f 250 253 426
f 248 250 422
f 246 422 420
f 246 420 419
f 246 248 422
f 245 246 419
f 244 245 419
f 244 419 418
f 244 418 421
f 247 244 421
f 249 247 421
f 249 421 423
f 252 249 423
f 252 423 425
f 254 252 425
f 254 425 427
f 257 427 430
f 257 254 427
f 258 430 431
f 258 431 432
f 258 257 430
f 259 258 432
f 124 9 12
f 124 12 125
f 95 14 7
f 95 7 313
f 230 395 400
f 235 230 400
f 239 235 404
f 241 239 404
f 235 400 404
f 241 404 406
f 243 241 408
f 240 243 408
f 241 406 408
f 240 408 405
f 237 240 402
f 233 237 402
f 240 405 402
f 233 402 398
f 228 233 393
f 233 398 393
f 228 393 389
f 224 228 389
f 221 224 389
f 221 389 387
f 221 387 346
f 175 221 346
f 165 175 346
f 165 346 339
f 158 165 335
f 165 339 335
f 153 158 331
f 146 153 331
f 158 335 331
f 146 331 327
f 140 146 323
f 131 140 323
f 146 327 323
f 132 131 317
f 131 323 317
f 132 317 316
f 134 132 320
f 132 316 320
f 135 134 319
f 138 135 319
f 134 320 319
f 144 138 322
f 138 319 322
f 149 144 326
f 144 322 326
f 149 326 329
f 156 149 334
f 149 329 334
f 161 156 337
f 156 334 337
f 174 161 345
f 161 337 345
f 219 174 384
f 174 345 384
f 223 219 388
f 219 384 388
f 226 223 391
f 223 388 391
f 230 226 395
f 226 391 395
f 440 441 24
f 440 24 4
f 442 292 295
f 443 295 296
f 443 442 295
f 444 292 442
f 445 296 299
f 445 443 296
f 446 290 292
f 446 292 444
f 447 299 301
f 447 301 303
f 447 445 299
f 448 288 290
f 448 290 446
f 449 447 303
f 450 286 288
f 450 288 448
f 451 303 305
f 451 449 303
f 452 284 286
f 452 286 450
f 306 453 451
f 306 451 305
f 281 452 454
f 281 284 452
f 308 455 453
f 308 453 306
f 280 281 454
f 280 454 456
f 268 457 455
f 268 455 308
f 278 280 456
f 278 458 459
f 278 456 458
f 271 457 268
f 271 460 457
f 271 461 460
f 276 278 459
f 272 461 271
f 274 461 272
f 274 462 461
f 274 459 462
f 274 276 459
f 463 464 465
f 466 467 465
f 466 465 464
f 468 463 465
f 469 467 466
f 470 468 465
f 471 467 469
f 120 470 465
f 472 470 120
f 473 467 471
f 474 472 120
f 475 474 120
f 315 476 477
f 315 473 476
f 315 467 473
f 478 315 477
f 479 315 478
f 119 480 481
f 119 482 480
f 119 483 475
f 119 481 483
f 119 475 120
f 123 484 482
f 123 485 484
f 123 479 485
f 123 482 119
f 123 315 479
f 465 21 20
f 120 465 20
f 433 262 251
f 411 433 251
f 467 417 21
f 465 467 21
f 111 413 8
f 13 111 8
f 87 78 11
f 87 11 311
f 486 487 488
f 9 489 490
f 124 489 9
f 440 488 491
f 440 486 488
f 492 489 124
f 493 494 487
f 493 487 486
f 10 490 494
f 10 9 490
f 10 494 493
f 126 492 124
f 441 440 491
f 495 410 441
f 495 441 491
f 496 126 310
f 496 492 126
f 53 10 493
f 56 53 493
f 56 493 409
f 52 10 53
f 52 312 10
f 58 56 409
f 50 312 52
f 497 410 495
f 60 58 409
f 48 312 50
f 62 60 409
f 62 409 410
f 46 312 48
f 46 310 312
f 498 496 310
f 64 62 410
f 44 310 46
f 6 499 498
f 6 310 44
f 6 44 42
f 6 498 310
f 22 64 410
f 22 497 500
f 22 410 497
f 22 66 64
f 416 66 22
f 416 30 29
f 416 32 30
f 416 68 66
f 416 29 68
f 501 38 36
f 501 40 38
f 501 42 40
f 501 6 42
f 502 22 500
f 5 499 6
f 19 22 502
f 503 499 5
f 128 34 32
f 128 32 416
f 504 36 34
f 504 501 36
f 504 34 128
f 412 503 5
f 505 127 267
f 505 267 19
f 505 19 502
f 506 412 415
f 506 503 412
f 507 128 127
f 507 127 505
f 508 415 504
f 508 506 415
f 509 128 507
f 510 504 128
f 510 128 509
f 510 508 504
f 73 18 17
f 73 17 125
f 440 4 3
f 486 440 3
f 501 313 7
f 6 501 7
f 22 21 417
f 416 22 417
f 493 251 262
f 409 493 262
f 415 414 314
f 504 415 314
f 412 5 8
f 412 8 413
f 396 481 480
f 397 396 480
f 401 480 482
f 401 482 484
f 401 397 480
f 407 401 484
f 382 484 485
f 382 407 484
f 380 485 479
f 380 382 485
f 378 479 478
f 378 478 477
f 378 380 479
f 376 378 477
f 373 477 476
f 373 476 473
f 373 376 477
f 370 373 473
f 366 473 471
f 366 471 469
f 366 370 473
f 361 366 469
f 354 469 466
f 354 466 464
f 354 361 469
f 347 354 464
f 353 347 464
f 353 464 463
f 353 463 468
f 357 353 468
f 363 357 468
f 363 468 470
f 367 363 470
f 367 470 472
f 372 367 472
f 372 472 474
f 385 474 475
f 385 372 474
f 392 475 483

══════════════════════════════

What this task involves: The full listing above is to be given again exactly.

Response box:
f 250 253 426
f 248 250 422
f 246 422 420
f 246 420 419
f 246 248 422
f 245 246 419
f 244 245 419
f 244 419 418
f 244 418 421
f 247 244 421
f 249 247 421
f 249 421 423
f 252 249 423
f 252 423 425
f 254 252 425
f 254 425 427
f 257 427 430
f 257 254 427
f 258 430 431
f 258 431 432
f 258 257 430
f 259 258 432
f 124 9 12
f 124 12 125
f 95 14 7
f 95 7 313
f 230 395 400
f 235 230 400
f 239 235 404
f 241 239 404
f 235 400 404
f 241 404 406
f 243 241 408
f 240 243 408
f 241 406 408
f 240 408 405
f 237 240 402
f 233 237 402
f 240 405 402
f 233 402 398
f 228 233 393
f 233 398 393
f 228 393 389
f 224 228 389
f 221 224 389
f 221 389 387
f 221 387 346
f 175 221 346
f 165 175 346
f 165 346 339
f 158 165 335
f 165 339 335
f 153 158 331
f 146 153 331
f 158 335 331
f 146 331 327
f 140 146 323
f 131 140 323
f 146 327 323
f 132 131 317
f 131 323 317
f 132 317 316
f 134 132 320
f 132 316 320
f 135 134 319
f 138 135 319
f 134 320 319
f 144 138 322
f 138 319 322
f 149 144 326
f 144 322 326
f 149 326 329
f 156 149 334
f 149 329 334
f 161 156 337
f 156 334 337
f 174 161 345
f 161 337 345
f 219 174 384
f 174 345 384
f 223 219 388
f 219 384 388
f 226 223 391
f 223 388 391
f 230 226 395
f 226 391 395
f 440 441 24
f 440 24 4
f 442 292 295
f 443 295 296
f 443 442 295
f 444 292 442
f 445 296 299
f 445 443 296
f 446 290 292
f 446 292 444
f 447 299 301
f 447 301 303
f 447 445 299
f 448 288 290
f 448 290 446
f 449 447 303
f 450 286 288
f 450 288 448
f 451 303 305
f 451 449 303
f 452 284 286
f 452 286 450
f 306 453 451
f 306 451 305
f 281 452 454
f 281 284 452
f 308 455 453
f 308 453 306
f 280 281 454
f 280 454 456
f 268 457 455
f 268 455 308
f 278 280 456
f 278 458 459
f 278 456 458
f 271 457 268
f 271 460 457
f 271 461 460
f 276 278 459
f 272 461 271
f 274 461 272
f 274 462 461
f 274 459 462
f 274 276 459
f 463 464 465
f 466 467 465
f 466 465 464
f 468 463 465
f 469 467 466
f 470 468 465
f 471 467 469
f 120 470 465
f 472 470 120
f 473 467 471
f 474 472 120
f 475 474 120
f 315 476 477
f 315 473 476
f 315 467 473
f 478 315 477
f 479 315 478
f 119 480 481
f 119 482 480
f 119 483 475
f 119 481 483
f 119 475 120
f 123 484 482
f 123 485 484
f 123 479 485
f 123 482 119
f 123 315 479
f 465 21 20
f 120 465 20
f 433 262 251
f 411 433 251
f 467 417 21
f 465 467 21
f 111 413 8
f 13 111 8
f 87 78 11
f 87 11 311
f 486 487 488
f 9 489 490
f 124 489 9
f 440 488 491
f 440 486 488
f 492 489 124
f 493 494 487
f 493 487 486
f 10 490 494
f 10 9 490
f 10 494 493
f 126 492 124
f 441 440 491
f 495 410 441
f 495 441 491
f 496 126 310
f 496 492 126
f 53 10 493
f 56 53 493
f 56 493 409
f 52 10 53
f 52 312 10
f 58 56 409
f 50 312 52
f 497 410 495
f 60 58 409
f 48 312 50
f 62 60 409
f 62 409 410
f 46 312 48
f 46 310 312
f 498 496 310
f 64 62 410
f 44 310 46
f 6 499 498
f 6 310 44
f 6 44 42
f 6 498 310
f 22 64 410
f 22 497 500
f 22 410 497
f 22 66 64
f 416 66 22
f 416 30 29
f 416 32 30
f 416 68 66
f 416 29 68
f 501 38 36
f 501 40 38
f 501 42 40
f 501 6 42
f 502 22 500
f 5 499 6
f 19 22 502
f 503 499 5
f 128 34 32
f 128 32 416
f 504 36 34
f 504 501 36
f 504 34 128
f 412 503 5
f 505 127 267
f 505 267 19
f 505 19 502
f 506 412 415
f 506 503 412
f 507 128 127
f 507 127 505
f 508 415 504
f 508 506 415
f 509 128 507
f 510 504 128
f 510 128 509
f 510 508 504
f 73 18 17
f 73 17 125
f 440 4 3
f 486 440 3
f 501 313 7
f 6 501 7
f 22 21 417
f 416 22 417
f 493 251 262
f 409 493 262
f 415 414 314
f 504 415 314
f 412 5 8
f 412 8 413
f 396 481 480
f 397 396 480
f 401 480 482
f 401 482 484
f 401 397 480
f 407 401 484
f 382 484 485
f 382 407 484
f 380 485 479
f 380 382 485
f 378 479 478
f 378 478 477
f 378 380 479
f 376 378 477
f 373 477 476
f 373 476 473
f 373 376 477
f 370 373 473
f 366 473 471
f 366 471 469
f 366 370 473
f 361 366 469
f 354 469 466
f 354 466 464
f 354 361 469
f 347 354 464
f 353 347 464
f 353 464 463
f 353 463 468
f 357 353 468
f 363 357 468
f 363 468 470
f 367 363 470
f 367 470 472
f 372 367 472
f 372 472 474
f 385 474 475
f 385 372 474
f 392 475 483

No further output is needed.